Service animals can be an excellent means therapy through company and support. In fact, they’ve become so popular that nowadays we seem to be seeing more service animals around than ever. That being said, it’s interesting that there are plenty of misconceptions around as to what exactly service animals are. First and foremost, it’s worth noting that there is a distinction between therapy animals, support animals, and service animals.
Types of Animal Therapy and Assistance
Service animals are trained to assist individuals who have a disability. They are alternatively known as assistance animals or by titles associated with their tasks. For example, many of us have heard of guide dogs, whose job it is to guide a person who is blind or visually impaired.
Conversely, emotional support animals provide therapeutic support to individuals with mental-health-related disabilities. These dogs can be kept in housing even when there is a “no pet” policy and they may travel with their owners on airplanes. Aside from this, owners of emotional support animals have no special rights to be accompanied by their animals anywhere where they might not be generally allowed.
Therapy animals, however, differ from both support and service animals by providing support to people other than their handlers. These animals are frequently invited to visit libraries, schools, hospices, hospitals, and assisted living communities due to the benefits that their services provide. Despite these benefits, therapy animal handlers have no special rights to be accompanied by their animals anywhere where animals are not allowed.
Common Misconceptions about Therapy and Service Animals
In addition to the misconceptions commonly held about the differences between these types of animal assistance, there are others which frequently occur. One such misconception is that therapy animals need to be legally registered or have some kind of certification or I.D. In reality, there is no legal certification process or registration for therapy or support animals. There are websites where one can procure official-looking vests and documentation for assistance animals but these items are not mandatory as there is no mandatory form of certification required by the government.
Such misunderstandings about service animals are understandable, however. Laws concerning animal assistance can be very confusing.

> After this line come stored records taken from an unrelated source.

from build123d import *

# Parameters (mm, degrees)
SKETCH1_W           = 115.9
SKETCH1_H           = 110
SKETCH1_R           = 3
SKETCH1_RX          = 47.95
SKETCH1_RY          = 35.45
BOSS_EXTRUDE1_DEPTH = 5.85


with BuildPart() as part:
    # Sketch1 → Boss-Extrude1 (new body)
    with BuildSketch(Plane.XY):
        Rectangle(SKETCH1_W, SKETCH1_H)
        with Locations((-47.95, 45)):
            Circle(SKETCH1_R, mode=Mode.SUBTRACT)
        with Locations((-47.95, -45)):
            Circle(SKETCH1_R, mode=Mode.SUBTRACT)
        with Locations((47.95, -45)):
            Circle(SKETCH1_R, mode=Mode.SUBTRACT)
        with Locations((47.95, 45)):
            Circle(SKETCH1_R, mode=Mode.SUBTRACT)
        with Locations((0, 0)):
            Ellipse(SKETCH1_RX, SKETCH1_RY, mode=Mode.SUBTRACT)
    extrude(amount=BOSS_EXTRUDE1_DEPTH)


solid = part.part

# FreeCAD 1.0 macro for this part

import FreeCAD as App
import Part
import Sketcher

V = App.Vector


def add_polygon(sketch, points):
    """Adds a closed chain of lines whose ends are joined by coincident constraints."""
    first, n = sketch.GeometryCount, len(points)
    for a, b in zip(points, points[1:] + points[:1]):
        sketch.addGeometry(Part.LineSegment(App.Vector(*a, 0), App.Vector(*b, 0)), False)
    for i in range(n):
        sketch.addConstraint(Sketcher.Constraint("Coincident", first + i, 2, first + (i + 1) % n, 1))

doc = App.newDocument("Part")
body = doc.addObject("PartDesign::Body", "Body")

sketch1 = doc.addObject("Sketcher::SketchObject", "Sketch")
body.addObject(sketch1)
sketch1.AttachmentSupport = (doc.XY_Plane, [""])
sketch1.MapMode = "FlatFace"
add_polygon(sketch1, [(-57.95, 55), (-57.95, -55), (57.95, -55), (57.95, 55)])
sketch1.addGeometry(Part.Circle(V(-47.95, -45, 0), V(0, 0, 1), 3), False)
sketch1.addGeometry(Part.Circle(V(47.95, -45, 0), V(0, 0, 1), 3), False)
sketch1.addGeometry(Part.Ellipse(V(47.95, 0, 0), V(0, 35.45, 0), V(0, 0, 0)), False)
sketch1.addGeometry(Part.Circle(V(-47.95, 45, 0), V(0, 0, 1), 3), False)
sketch1.addGeometry(Part.Circle(V(47.95, 45, 0), V(0, 0, 1), 3), False)
sketch1.addConstraint([
    Sketcher.Constraint("Block", 6),
    Sketcher.Constraint("Vertical", 0),
    Sketcher.Constraint("Horizontal", 1),
    Sketcher.Constraint("Vertical", 2),
    Sketcher.Constraint("Horizontal", 3),
    Sketcher.Constraint("Equal", 4, 5),
    Sketcher.Constraint("Equal", 5, 7),
    Sketcher.Constraint("Equal", 7, 8),
    Sketcher.Constraint("Symmetric", 5, 3, 7, 3, -1, 1),
    Sketcher.Constraint("Symmetric", 4, 3, 8, 3, -1, 1),
    Sketcher.Constraint("Symmetric", 0, 2, 2, 2, -1, 1),
    Sketcher.Constraint("Symmetric", 4, 3, 5, 3, -2),
    Sketcher.Constraint("Diameter", 4, 6.0),
    Sketcher.Constraint("DistanceY", 0, 2, 0, 1, 110.0),
    Sketcher.Constraint("DistanceX", 1, 1, 1, 2, 115.9),
    Sketcher.Constraint("DistanceY", 4, 3, -1, 1, 45.0),
    Sketcher.Constraint("DistanceX", 0, 2, 4, 3, 10.0),
])
pad1 = doc.addObject("PartDesign::Pad", "Pad")
body.addObject(pad1)
pad1.Profile = sketch1
pad1.Length = 5.85

doc.recompute()
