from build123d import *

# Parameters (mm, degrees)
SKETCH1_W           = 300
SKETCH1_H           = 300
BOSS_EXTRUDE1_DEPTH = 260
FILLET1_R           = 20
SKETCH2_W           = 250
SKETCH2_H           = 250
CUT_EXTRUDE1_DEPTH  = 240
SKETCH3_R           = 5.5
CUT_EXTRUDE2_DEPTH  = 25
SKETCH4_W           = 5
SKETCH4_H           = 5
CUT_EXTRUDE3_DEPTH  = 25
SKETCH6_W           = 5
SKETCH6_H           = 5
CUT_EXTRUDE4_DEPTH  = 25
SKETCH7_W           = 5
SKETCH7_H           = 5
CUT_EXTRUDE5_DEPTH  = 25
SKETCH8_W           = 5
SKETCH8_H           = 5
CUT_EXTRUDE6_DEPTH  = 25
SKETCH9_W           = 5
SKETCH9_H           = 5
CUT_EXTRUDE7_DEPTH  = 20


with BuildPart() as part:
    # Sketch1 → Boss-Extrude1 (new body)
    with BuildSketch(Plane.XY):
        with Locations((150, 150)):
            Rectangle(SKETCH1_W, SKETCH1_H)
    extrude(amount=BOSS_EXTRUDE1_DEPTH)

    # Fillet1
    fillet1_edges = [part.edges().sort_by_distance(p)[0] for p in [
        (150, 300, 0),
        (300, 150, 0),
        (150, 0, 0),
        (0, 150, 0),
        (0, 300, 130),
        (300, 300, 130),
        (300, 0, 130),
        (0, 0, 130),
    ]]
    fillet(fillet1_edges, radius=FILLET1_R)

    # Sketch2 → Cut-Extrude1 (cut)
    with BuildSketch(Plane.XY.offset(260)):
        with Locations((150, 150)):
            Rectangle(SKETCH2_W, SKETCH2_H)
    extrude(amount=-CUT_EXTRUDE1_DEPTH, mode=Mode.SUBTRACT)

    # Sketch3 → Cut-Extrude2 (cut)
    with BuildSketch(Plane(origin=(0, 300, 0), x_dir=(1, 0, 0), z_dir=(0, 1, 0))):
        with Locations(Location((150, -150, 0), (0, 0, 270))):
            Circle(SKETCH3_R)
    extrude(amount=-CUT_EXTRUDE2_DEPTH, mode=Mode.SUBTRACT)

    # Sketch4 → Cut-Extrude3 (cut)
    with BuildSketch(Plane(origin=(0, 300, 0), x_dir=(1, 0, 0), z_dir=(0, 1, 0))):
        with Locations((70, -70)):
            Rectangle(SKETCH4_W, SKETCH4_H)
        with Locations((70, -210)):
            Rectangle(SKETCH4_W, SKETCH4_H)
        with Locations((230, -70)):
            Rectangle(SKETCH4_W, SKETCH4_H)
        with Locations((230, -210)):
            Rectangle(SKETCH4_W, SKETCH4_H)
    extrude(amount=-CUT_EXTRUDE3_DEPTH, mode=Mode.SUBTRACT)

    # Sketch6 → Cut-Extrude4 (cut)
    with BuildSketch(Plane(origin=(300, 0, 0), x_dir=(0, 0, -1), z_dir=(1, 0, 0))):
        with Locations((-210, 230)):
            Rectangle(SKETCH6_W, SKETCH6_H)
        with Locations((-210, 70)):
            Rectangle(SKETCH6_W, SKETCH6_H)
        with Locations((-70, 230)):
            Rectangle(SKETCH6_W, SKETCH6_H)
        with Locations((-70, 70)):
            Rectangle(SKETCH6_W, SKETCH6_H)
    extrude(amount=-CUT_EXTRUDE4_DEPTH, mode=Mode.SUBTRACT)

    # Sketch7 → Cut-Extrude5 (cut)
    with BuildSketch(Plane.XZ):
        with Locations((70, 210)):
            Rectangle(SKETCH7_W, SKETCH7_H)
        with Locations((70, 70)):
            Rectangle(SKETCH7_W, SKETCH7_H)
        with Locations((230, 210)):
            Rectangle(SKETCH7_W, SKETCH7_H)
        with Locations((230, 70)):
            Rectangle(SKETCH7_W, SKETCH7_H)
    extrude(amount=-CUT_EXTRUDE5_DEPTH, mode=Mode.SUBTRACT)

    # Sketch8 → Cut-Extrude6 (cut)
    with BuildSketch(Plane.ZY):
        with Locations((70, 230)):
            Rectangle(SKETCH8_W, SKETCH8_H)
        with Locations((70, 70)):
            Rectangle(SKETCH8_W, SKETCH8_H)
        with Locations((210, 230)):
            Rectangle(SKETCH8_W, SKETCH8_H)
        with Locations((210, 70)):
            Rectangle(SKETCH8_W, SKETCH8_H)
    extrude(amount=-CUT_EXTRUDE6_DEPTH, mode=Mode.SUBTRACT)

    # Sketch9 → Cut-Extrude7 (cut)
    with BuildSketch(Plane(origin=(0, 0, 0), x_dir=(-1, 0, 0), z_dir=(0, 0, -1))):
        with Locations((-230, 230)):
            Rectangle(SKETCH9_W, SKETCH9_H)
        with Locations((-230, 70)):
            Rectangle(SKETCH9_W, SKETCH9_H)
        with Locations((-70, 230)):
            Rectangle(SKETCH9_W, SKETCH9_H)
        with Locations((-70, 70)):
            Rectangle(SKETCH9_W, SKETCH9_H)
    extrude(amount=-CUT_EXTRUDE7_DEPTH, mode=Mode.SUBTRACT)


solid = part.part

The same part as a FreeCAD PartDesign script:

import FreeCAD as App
import Part
import Sketcher

V = App.Vector


def edges_at(feature, points):
    """Names of the edges that pass closest to the given points."""
    edges = feature.Shape.Edges
    near = lambda p: min(range(len(edges)), key=lambda i: edges[i].distToShape(Part.Vertex(*p))[0])
    return sorted({f"Edge{near(p) + 1}" for p in points})

doc = App.newDocument("Part")
body = doc.addObject("PartDesign::Body", "Body")

# Sketch on XY plane
sketch1 = body.newObject("Sketcher::SketchObject", "Sketch")
sketch1.AttachmentSupport = (doc.getObject("XY_Plane"), [""])
sketch1.MapMode = "FlatFace"
sketch1.addGeometry([
    Part.LineSegment(V(0, 300, 0), V(0, 0, 0)),
    Part.LineSegment(V(0, 0, 0), V(300, 0, 0)),
    Part.LineSegment(V(300, 0, 0), V(300, 300, 0)),
    Part.LineSegment(V(300, 300, 0), V(0, 300, 0)),
], False)
sketch1.addConstraint([
    Sketcher.Constraint("Coincident", 0, 2, 1, 1),
    Sketcher.Constraint("Coincident", 1, 2, 2, 1),
    Sketcher.Constraint("Coincident", 2, 2, 3, 1),
    Sketcher.Constraint("Coincident", 3, 2, 0, 1),
    Sketcher.Constraint("Vertical", 0),
    Sketcher.Constraint("Horizontal", 1),
    Sketcher.Constraint("Vertical", 2),
    Sketcher.Constraint("Horizontal", 3),
    Sketcher.Constraint("Coincident", 0, 2, -1, 1),
    Sketcher.Constraint("Equal", 3, 0),
    Sketcher.Constraint("DistanceX", 1, 1, 1, 2, 300.0),
])
pad1 = body.newObject("PartDesign::Pad", "Pad")
pad1.Profile = sketch1
pad1.Length = 260
doc.recompute()

fillet = body.newObject("PartDesign::Fillet", "Fillet")
fillet.Base = (pad1, edges_at(pad1, [
    (150, 300, 0),
    (300, 150, 0),
    (150, 0, 0),
    (0, 150, 0),
    (0, 300, 130),
    (300, 300, 130),
    (300, 0, 130),
    (0, 0, 130),
]))
fillet.Radius = 20

# Sketch on XY plane
sketch2 = body.newObject("Sketcher::SketchObject", "Sketch001")
sketch2.AttachmentSupport = (doc.getObject("XY_Plane"), [""])
sketch2.MapMode = "FlatFace"
sketch2.AttachmentOffset = App.Placement(V(0, 0, 260), App.Rotation())
sketch2.addGeometry([
    Part.LineSegment(V(25, 275, 0), V(25, 25, 0)),
    Part.LineSegment(V(25, 25, 0), V(275, 25, 0)),
    Part.LineSegment(V(275, 25, 0), V(275, 275, 0)),
    Part.LineSegment(V(275, 275, 0), V(25, 275, 0)),
], False)
sketch2.addConstraint([
    Sketcher.Constraint("Coincident", 0, 2, 1, 1),
    Sketcher.Constraint("Coincident", 1, 2, 2, 1),
    Sketcher.Constraint("Coincident", 2, 2, 3, 1),
    Sketcher.Constraint("Coincident", 3, 2, 0, 1),
    Sketcher.Constraint("Vertical", 0),
    Sketcher.Constraint("Horizontal", 1),
    Sketcher.Constraint("Vertical", 2),
    Sketcher.Constraint("Horizontal", 3),
    Sketcher.Constraint("Equal", 3, 0),
    Sketcher.Constraint("DistanceX", 1, 1, 1, 2, 250.0),
    Sketcher.Constraint("DistanceX", -1, 1, 0, 2, 25.0),
    Sketcher.Constraint("DistanceY", -1, 1, 0, 2, 25.0),
])
pocket1 = body.newObject("PartDesign::Pocket", "Pocket")
pocket1.Profile = sketch2
pocket1.Length = 240

# Sketch on XZ plane
sketch3 = body.newObject("Sketcher::SketchObject", "Sketch002")
sketch3.AttachmentSupport = (doc.getObject("XZ_Plane"), [""])
sketch3.MapMode = "FlatFace"
sketch3.AttachmentOffset = App.Placement(V(0, 0, -300), App.Rotation())
sketch3.addGeometry(Part.Circle(V(150, 150, 0), V(0, 0, 1), 6), False)
sketch3.addConstraint([
    Sketcher.Constraint("Diameter", 0, 11.0),
    Sketcher.Constraint("DistanceX", -1, 1, 0, 3, 150.0),
    Sketcher.Constraint("DistanceY", -1, 1, 0, 3, 150.0),
])
pocket2 = body.newObject("PartDesign::Pocket", "Pocket001")
pocket2.Profile = sketch3
pocket2.Length = 25
pocket2.Reversed = True

# Sketch on XZ plane
sketch4 = body.newObject("Sketcher::SketchObject", "Sketch003")
sketch4.AttachmentSupport = (doc.getObject("XZ_Plane"), [""])
sketch4.MapMode = "FlatFace"
sketch4.AttachmentOffset = App.Placement(V(0, 0, -300), App.Rotation())
sketch4.addGeometry([
    Part.LineSegment(V(68, 68, 0), V(68, 72, 0)),  # 0
    Part.LineSegment(V(68, 72, 0), V(72, 72, 0)),  # 1
    Part.LineSegment(V(72, 72, 0), V(72, 68, 0)),  # 2
    Part.LineSegment(V(72, 68, 0), V(68, 68, 0)),  # 3
    Part.LineSegment(V(68, 208, 0), V(68, 212, 0)),  # 4
    Part.LineSegment(V(68, 212, 0), V(72, 212, 0)),  # 5
    Part.LineSegment(V(72, 212, 0), V(72, 208, 0)),  # 6
    Part.LineSegment(V(72, 208, 0), V(68, 208, 0)),  # 7
    Part.LineSegment(V(228, 68, 0), V(228, 72, 0)),  # 8
    Part.LineSegment(V(228, 72, 0), V(232, 72, 0)),  # 9
    Part.LineSegment(V(232, 72, 0), V(232, 68, 0)),  # 10
    Part.LineSegment(V(232, 68, 0), V(228, 68, 0)),  # 11
    Part.LineSegment(V(228, 208, 0), V(228, 212, 0)),  # 12
    Part.LineSegment(V(228, 212, 0), V(232, 212, 0)),  # 13
    Part.LineSegment(V(232, 212, 0), V(232, 208, 0)),  # 14
    Part.LineSegment(V(232, 208, 0), V(228, 208, 0)),  # 15
], False)
sketch4.addConstraint([
    Sketcher.Constraint("Coincident", 0, 2, 1, 1),
    Sketcher.Constraint("Coincident", 1, 2, 2, 1),
    Sketcher.Constraint("Coincident", 2, 2, 3, 1),
    Sketcher.Constraint("Coincident", 3, 2, 0, 1),
    Sketcher.Constraint("Coincident", 4, 2, 5, 1),
    Sketcher.Constraint("Coincident", 5, 2, 6, 1),
    Sketcher.Constraint("Coincident", 6, 2, 7, 1),
    Sketcher.Constraint("Coincident", 7, 2, 4, 1),
    Sketcher.Constraint("Coincident", 8, 2, 9, 1),
    Sketcher.Constraint("Coincident", 9, 2, 10, 1),
    Sketcher.Constraint("Coincident", 10, 2, 11, 1),
    Sketcher.Constraint("Coincident", 11, 2, 8, 1),
    Sketcher.Constraint("Coincident", 12, 2, 13, 1),
    Sketcher.Constraint("Coincident", 13, 2, 14, 1),
    Sketcher.Constraint("Coincident", 14, 2, 15, 1),
    Sketcher.Constraint("Coincident", 15, 2, 12, 1),
    Sketcher.Constraint("Vertical", 0),
    Sketcher.Constraint("Horizontal", 1),
    Sketcher.Constraint("Vertical", 2),
    Sketcher.Constraint("Horizontal", 3),
    Sketcher.Constraint("Vertical", 4),
    Sketcher.Constraint("Horizontal", 5),
    Sketcher.Constraint("Vertical", 6),
    Sketcher.Constraint("Horizontal", 7),
    Sketcher.Constraint("Vertical", 8),
    Sketcher.Constraint("Horizontal", 9),
    Sketcher.Constraint("Vertical", 10),
    Sketcher.Constraint("Horizontal", 11),
    Sketcher.Constraint("Vertical", 12),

Because of this, it’s worth going over some commonly held misconceptions about service animals to clarify exactly what it means to have one and how they can benefit individuals in need:
Are Assistance Animals Covered by Legislation?
Assistance animals fall under the jurisdiction of three federal agencies.
- The Justice Department takes care of the Americans with Disabilities Act which covers the access of service animals to public places like restaurants, train stations, and hospitals.
- The Department of Transportation covers the Air Carrier Access Act which stipulates passengers with psychiatric problems have the right to have service and emotional support animals on commercial airplanes.
- The Department of Housing and Urban Development covers the Fair Housing Act which controls access of assistance animals to rental housing, apartments, and condos.
Do I Have to Reveal the Nature of my Disorder to Bring my Service Dog into a No-Pet Zone?
In short, the answer is no. According to federal law, you can only be asked one of two questions about your service animal:
- Does your dog provide a service?
- What is your dog trained to do?
Thus, you are not legally required to reveal the nature of your disorders unless you consent to doing so.
What if a Restaurant Owner or Other Proprietor Insists on Seeing Proof that My Dog is Trained?
You are not legally required to provide any proof beyond your word that your animal is service trained. If they continue to insist (especially in a manner that may be deemed aggressive or belligerent) they may risk infringing upon the Americans with Disabilities Act which protects the rights of individuals who are in need of the services of an assisting animal.
Do Assistance Animals Need to Wear a Vest or Do Owners Need to Carry Identification?
No because there is no official federal or state mandatory certification process for assistance animals. As a result, neither service animals nor emotional support animals are required to wear vests.
Can a Snake be a Service Animal?
In short, no. Only dogs and miniature horses can be service animals. That being said, according to the Air Carrier Access Act and the Fair Housing Act animals such as snakes may qualify as an emotional support animal.
Know Your Service Animal Rights
Assistance animals can be excellent companions and benefit individuals with a variety of medical needs. However, it’s important to be informed of one’s rights and limitations when having an animal for any assisting purposes. This can help with avoiding legal altercations and ensuring that persons with assistance animals receive the maximum therapeutic benefit from their constant companions.